Quitting smoking is the best medicine
All doctors agree that the best way to prevent lung cancer is to quit smoking.
“It’s never too late, it’s never too late [pour cesser de fumer] ‘,” insists director of the Smoking Cessation Program at McGill University Health Center (MUHC), pulmonologist Sean Gilman.
In Quebec, there are 10,000 new cases of cancer linked to cigarette smoking each year. It is the main avoidable risk factor. In other words, if there is one thing we can address, it is smoking,” adds Vice President of the Canadian Cancer Society, Diego Mina.
Experts note that several studies show that quitting smoking can restore up to 10 years of life.
worst years
Pulmonologist Simon Martel, MD, a physician at the University Institute of Cardiology and Pulmonary Diseases of Quebec (IUCPQ), believes that the province is currently experiencing its worst years in terms of lung cancer diagnoses.
It will be necessary to wait another 10 to 15 years before the beneficial effect of the decline in smoking begins to be felt further and further.

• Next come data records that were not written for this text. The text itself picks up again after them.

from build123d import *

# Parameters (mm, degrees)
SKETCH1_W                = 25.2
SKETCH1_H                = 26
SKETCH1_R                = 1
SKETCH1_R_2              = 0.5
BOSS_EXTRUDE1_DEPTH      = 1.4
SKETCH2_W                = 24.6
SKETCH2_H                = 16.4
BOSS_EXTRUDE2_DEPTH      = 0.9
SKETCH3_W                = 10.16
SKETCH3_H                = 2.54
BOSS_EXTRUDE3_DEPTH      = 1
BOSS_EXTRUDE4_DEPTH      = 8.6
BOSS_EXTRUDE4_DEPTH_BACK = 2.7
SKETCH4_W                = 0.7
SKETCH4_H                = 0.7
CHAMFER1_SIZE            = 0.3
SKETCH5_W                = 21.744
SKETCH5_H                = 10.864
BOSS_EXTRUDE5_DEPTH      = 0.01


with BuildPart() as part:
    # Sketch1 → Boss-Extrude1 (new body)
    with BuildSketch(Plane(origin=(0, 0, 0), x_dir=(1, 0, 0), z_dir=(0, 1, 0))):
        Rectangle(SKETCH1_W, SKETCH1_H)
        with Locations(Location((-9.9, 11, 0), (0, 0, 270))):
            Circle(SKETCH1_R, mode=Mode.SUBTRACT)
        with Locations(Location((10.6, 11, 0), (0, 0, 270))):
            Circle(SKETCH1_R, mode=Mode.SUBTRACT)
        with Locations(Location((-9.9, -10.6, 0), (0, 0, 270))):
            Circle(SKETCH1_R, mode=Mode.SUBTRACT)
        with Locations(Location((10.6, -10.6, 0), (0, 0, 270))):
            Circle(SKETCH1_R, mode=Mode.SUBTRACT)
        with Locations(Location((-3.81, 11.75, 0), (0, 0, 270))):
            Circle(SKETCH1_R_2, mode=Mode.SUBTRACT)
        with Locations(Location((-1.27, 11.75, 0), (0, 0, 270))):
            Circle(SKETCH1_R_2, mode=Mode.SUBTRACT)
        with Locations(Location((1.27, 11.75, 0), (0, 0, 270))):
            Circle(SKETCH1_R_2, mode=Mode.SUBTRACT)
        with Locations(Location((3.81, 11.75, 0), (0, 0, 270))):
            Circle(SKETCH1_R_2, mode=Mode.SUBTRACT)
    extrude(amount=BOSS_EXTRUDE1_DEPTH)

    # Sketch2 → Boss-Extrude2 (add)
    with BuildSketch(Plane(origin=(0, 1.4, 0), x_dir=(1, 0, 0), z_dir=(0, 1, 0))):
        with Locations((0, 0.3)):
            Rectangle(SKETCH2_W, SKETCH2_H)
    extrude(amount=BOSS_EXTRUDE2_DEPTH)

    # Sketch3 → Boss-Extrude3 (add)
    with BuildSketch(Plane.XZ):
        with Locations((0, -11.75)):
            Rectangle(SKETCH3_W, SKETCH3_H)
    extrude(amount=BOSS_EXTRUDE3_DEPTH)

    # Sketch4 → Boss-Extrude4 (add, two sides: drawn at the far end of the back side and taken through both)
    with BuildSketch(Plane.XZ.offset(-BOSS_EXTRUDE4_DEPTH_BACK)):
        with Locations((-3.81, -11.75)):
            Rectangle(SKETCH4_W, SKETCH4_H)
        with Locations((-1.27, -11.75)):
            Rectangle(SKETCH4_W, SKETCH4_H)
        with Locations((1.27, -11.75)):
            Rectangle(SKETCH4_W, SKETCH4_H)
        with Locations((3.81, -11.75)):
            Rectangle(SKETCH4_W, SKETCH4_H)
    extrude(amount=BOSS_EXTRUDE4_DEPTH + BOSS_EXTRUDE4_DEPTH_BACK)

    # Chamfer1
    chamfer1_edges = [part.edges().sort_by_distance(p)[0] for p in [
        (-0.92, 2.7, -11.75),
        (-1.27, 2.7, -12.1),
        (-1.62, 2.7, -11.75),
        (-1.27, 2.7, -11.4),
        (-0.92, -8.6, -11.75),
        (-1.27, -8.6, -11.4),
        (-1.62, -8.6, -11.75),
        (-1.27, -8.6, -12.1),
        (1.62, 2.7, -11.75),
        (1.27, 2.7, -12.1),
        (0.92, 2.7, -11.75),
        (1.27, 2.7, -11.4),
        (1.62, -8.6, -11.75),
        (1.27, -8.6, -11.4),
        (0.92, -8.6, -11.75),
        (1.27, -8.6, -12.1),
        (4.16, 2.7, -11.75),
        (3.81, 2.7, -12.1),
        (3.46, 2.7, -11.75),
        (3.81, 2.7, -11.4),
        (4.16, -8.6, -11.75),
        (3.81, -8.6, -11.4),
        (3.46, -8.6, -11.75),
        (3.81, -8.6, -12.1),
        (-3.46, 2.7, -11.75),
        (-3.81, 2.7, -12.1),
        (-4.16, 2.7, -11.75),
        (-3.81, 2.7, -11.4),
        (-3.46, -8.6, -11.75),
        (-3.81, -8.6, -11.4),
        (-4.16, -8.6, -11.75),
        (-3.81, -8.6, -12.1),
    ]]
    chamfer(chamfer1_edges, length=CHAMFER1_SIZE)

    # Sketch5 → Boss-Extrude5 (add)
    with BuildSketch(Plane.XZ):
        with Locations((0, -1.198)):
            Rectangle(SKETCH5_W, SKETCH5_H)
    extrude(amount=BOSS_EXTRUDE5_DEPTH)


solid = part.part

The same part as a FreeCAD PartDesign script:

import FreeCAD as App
import Part
import Sketcher
from FreeCAD import Vector


def edges_at(feature, points):
    """Names of the edges that pass closest to the given points."""
    edges = feature.Shape.Edges
    near = lambda p: min(range(len(edges)), key=lambda i: edges[i].distToShape(Part.Vertex(*p))[0])
    return sorted({f"Edge{near(p) + 1}" for p in points})


def add_polygon(sketch, points):
    """Adds a closed chain of lines whose ends are joined by coincident constraints."""
    first, n = sketch.GeometryCount, len(points)
    for a, b in zip(points, points[1:] + points[:1]):
        sketch.addGeometry(Part.LineSegment(App.Vector(*a, 0), App.Vector(*b, 0)), False)
    for i in range(n):
        sketch.addConstraint(Sketcher.Constraint("Coincident", first + i, 2, first + (i + 1) % n, 1))

doc = App.newDocument("Part")
body = doc.addObject("PartDesign::Body", "Body")

sketch1 = body.newObject("Sketcher::SketchObject", "Sketch")
sketch1.AttachmentSupport = (doc.getObject("XZ_Plane"), [""])
sketch1.MapMode = "FlatFace"
add_polygon(sketch1, [(-12.6, -13), (-12.6, 13), (12.6, 13), (12.6, -13)])
sketch1.addGeometry(Part.Circle(Vector(-9.9, 10.6, 0), Vector(0, 0, 1), 1), False)
sketch1.addGeometry(Part.Circle(Vector(10.6, 10.6, 0), Vector(0, 0, 1), 1), False)
sketch1.addGeometry(Part.Circle(Vector(-9.9, -11, 0), Vector(0, 0, 1), 1), False)
sketch1.addGeometry(Part.Circle(Vector(-3.8, -11.8, 0), Vector(0, 0, 1), 0.5), False)
sketch1.addGeometry(Part.Circle(Vector(-1.3, -11.8, 0), Vector(0, 0, 1), 0.5), False)
sketch1.addGeometry(Part.Circle(Vector(1.3, -11.8, 0), Vector(0, 0, 1), 0.5), False)
sketch1.addGeometry(Part.Circle(Vector(3.8, -11.8, 0), Vector(0, 0, 1), 0.5), False)
sketch1.addGeometry(Part.Circle(Vector(10.6, -11, 0), Vector(0, 0, 1), 1), False)
sketch1.addConstraint([
    Sketcher.Constraint("Vertical", 0),
    Sketcher.Constraint("Horizontal", 1),
    Sketcher.Constraint("Vertical", 2),
    Sketcher.Constraint("Horizontal", 3),
    Sketcher.Constraint("Equal", 4, 5),
    Sketcher.Constraint("Equal", 5, 6),
    Sketcher.Constraint("Equal", 7, 8),
    Sketcher.Constraint("Equal", 8, 9),
    Sketcher.Constraint("Equal", 9, 10),
    Sketcher.Constraint("Equal", 6, 11),
    Sketcher.Constraint("Symmetric", 0, 2, 2, 2, -1, 1),
    Sketcher.Constraint("Symmetric", 8, 3, 9, 3, -2),
    Sketcher.Constraint("Symmetric", 7, 3, 10, 3, -2),
    Sketcher.Constraint("Horizontal", 4, 3, 5, 3),
    Sketcher.Constraint("Horizontal", 7, 3, 8, 3),
    Sketcher.Constraint("Horizontal", 6, 3, 11, 3),
    Sketcher.Constraint("Vertical", 4, 3, 6, 3),
    Sketcher.Constraint("Vertical", 5, 3, 11, 3),
    Sketcher.Constraint("Diameter", 4, 2.0),
    Sketcher.Constraint("Diameter", 7, 1.0),
    Sketcher.Constraint("DistanceY", 0, 1, 0, 2, 26.0),
    Sketcher.Constraint("DistanceX", 1, 1, 1, 2, 25.2),
    Sketcher.Constraint("DistanceY", 6, 3, -1, 1, 11.0),
    Sketcher.Constraint("DistanceX", 5, 3, 1, 2, 2.0),
    Sketcher.Constraint("DistanceX", 4, 3, -1, 1, 9.9),
    Sketcher.Constraint("DistanceY", -1, 1, 4, 3, 10.6),
    Sketcher.Constraint("DistanceX", 7, 3, -1, 1, 3.81),
    Sketcher.Constraint("DistanceY", 7, 3, -1, 1, 11.75),
    Sketcher.Constraint("DistanceX", 8, 3, -1, 1, 1.27),
])
pad1 = body.newObject("PartDesign::Pad", "Pad")
pad1.Profile = sketch1
pad1.Length = 1.4
pad1.Reversed = True

sketch2 = body.newObject("Sketcher::SketchObject", "Sketch001")
sketch2.AttachmentSupport = (doc.getObject("XZ_Plane"), [""])
sketch2.MapMode = "FlatFace"
sketch2.AttachmentOffset = App.Placement(Vector(0, 0, -1.4), App.Rotation())
add_polygon(sketch2, [(-12, -8), (-12, 8), (12, 8), (12, -8)])
sketch2.addConstraint([
    Sketcher.Constraint("Vertical", 0),
    Sketcher.Constraint("Horizontal", 1),
    Sketcher.Constraint("Vertical", 2),
    Sketcher.Constraint("Horizontal", 3),
    Sketcher.Constraint("DistanceX", 1, 1, 1, 2, 24.6),
    Sketcher.Constraint("DistanceY", 0, 1, 0, 2, 16.4),
    Sketcher.Constraint("DistanceX", 0, 2, -1, 1, 12.3),
    Sketcher.Constraint("DistanceY", -1, 1, 0, 2, 7.9),
])
pad2 = body.newObject("PartDesign::Pad", "Pad001")
pad2.Profile = sketch2
pad2.Length = 0.9
pad2.Reversed = True

sketch3 = body.newObject("Sketcher::SketchObject", "Sketch002")
sketch3.AttachmentSupport = (doc.getObject("XZ_Plane"), [""])
sketch3.MapMode = "FlatFace"
add_polygon(sketch3, [(-5.1, -10.5), (-5.1, -13), (5.1, -13), (5.1, -10.5)])
sketch3.addConstraint([
    Sketcher.Constraint("Vertical", 0),
    Sketcher.Constraint("Horizontal", 1),
    Sketcher.Constraint("Vertical", 2),
    Sketcher.Constraint("Horizontal", 3),
    Sketcher.Constraint("DistanceX", 1, 1, 1, 2, 10.16),
    Sketcher.Constraint("DistanceY", 0, 2, 0, 1, 2.54),
    Sketcher.Constraint("DistanceX", 0, 2, -1, 1, 5.08),
    Sketcher.Constraint("DistanceY", 0, 2, -1, 1, 13.02),
])
pad3 = body.newObject("PartDesign::Pad", "Pad002")
pad3.Profile = sketch3
pad3.Length = 1

sketch4 = body.newObject("Sketcher::SketchObject", "Sketch003")
sketch4.AttachmentSupport = (doc.getObject("XZ_Plane"), [""])
sketch4.MapMode = "FlatFace"
add_polygon(sketch4, [(-4.2, -11.4), (-4.2, -12.1), (-3.5, -12.1), (-3.5, -11.4)])
add_polygon(sketch4, [(-1.6, -11.4), (-1.6, -12.1), (-0.9, -12.1), (-0.9, -11.4)])
add_polygon(sketch4, [(0.9, -11.4), (0.9, -12.1), (1.6, -12.1), (1.6, -11.4)])
add_polygon(sketch4, [(3.5, -11.4), (3.5, -12.1), (4.2, -12.1), (4.2, -11.4)])
sketch4.addConstraint([
    Sketcher.Constraint("Vertical", 0),
    Sketcher.Constraint("Horizontal", 1),
    Sketcher.Constraint("Vertical", 2),
    Sketcher.Constraint("Horizontal", 3),
    Sketcher.Constraint("Vertical", 4),
    Sketcher.Constraint("Horizontal", 5),
    Sketcher.Constraint("Vertical", 6),
    Sketcher.Constraint("Horizontal", 7),
    Sketcher.Constraint("Vertical", 8),
    Sketcher.Constraint("Horizontal", 9),
    Sketcher.Constraint("Vertical", 10),
    Sketcher.Constraint("Horizontal", 11),
    Sketcher.Constraint("Vertical", 12),
    Sketcher.Constraint("Horizontal", 13),
    Sketcher.Constraint("Vertical", 14),
    Sketcher.Constraint("Horizontal", 15),
    Sketcher.Constraint("Symmetric", 5, 2, 8, 2, -2),
    Sketcher.Constraint("Symmetric", 7, 2, 10, 2, -2),
    Sketcher.Constraint("Symmetric", 1, 2, 12, 2, -2),
    Sketcher.Constraint("Symmetric", 3, 2, 14, 2, -2),
    Sketcher.Constraint("Horizontal", 1, 2, 4, 2),
    Sketcher.Constraint("Horizontal", 3, 2, 6, 2),
    Sketcher.Constraint("Equal", 3, 5),
    Sketcher.Constraint("Equal", 15, 0),
    Sketcher.Constraint("DistanceX", 1, 1, 1, 2, 0.7),
    Sketcher.Constraint("DistanceY", 0, 2, -1, 1, 12.1),
    Sketcher.Constraint("DistanceX", 0, 2, -1, 1, 4.16),
    Sketcher.Constraint("DistanceX", 4, 2, -1, 1, 1.62),
])
pad4 = body.newObject("PartDesign::Pad", "Pad003")
pad4.Profile = sketch4
pad4.Type = "TwoLengths"
pad4.Length = 8.6
pad4.Length2 = 2.7
doc.recompute()

chamfer = body.newObject("PartDesign::Chamfer", "Chamfer")
chamfer.Base = (pad4, edges_at(pad4, [
    (-0.92, 2.7, -11.75),
    (-1.27, 2.7, -12.1),
    (-1.62, 2.7, -11.75),
    (-1.27, 2.7, -11.4),
    (-0.92, -8.6, -11.75),
    (-1.27, -8.6, -11.4),
    (-1.62, -8.6, -11.75),
    (-1.27, -8.6, -12.1),
    (1.62, 2.7, -11.75),
    (1.27, 2.7, -12.1),
    (0.92, 2.7, -11.75),
    (1.27, 2.7, -11.4),
    (1.62, -8.6, -11.75),
    (1.27, -8.6, -11.4),
    (0.92, -8.6, -11.75),
    (1.27, -8.6, -12.1),
    (4.16, 2.7, -11.75),
    (3.81, 2.7, -12.1),
    (3.46, 2.7, -11.75),
    (3.81, 2.7, -11.4),
    (4.16, -8.6, -11.75),
    (3.81, -8.6, -11.4),
    (3.46, -8.6, -11.75),
    (3.81, -8.6, -12.1),
    (-3.46, 2.7, -11.75),
    (-3.81, 2.7, -12.1),
    (-4.16, 2.7, -11.75),
    (-3.81, 2.7, -11.4),
    (-3.46, -8.6, -11.75),
    (-3.81, -8.6, -11.4),
    (-4.16, -8.6, -11.75),
    (-3.81, -8.6, -12.1),
]))
chamfer.Size = 0.3

sketch5 = body.newObject("Sketcher::SketchObject", "Sketch004")
sketch5.AttachmentSupport = (doc.getObject("XZ_Plane"), [""])
sketch5.MapMode = "FlatFace"
add_polygon(sketch5, [(-11, 4), (-11, -7), (11, -7), (11, 4)])
sketch5.addConstraint([
    Sketcher.Constraint("Vertical", 0),
    Sketcher.Constraint("Horizontal", 1),
    Sketcher.Constraint("Vertical", 2),
    Sketcher.Constraint("Horizontal", 3),
    Sketcher.Constraint("DistanceX", 1, 1, 1, 2, 21.744),
    Sketcher.Constraint("DistanceY", 0, 2, 0, 1, 10.864),
    Sketcher.Constraint("DistanceY", 0, 2, -1, 1, 6.63),
    Sketcher.Constraint("DistanceX", 0, 2, -1, 1, 10.872),
])
pad5 = body.newObject("PartDesign::Pad", "Pad004")
pad5.Profile = sketch5
pad5.Length = 0.01

doc.recompute()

Since the first decade of the 21st century, anti-smoking laws have helped reduce the number of smokers dramatically. On the other hand, the ds Martel notes that an aging population is another risk factor for cancer.
More flexible
for ds Shawn Gilman, Prevention remains key in the fight against lung cancer.
It also asks the government to better compensate medicines for smoking cessation. Currently, a patient can get it for free for 24 consecutive weeks in a year.
However, treatment is difficult and must often be interrupted by those who wish to quit smoking for good. He argues that the government should show more flexibility.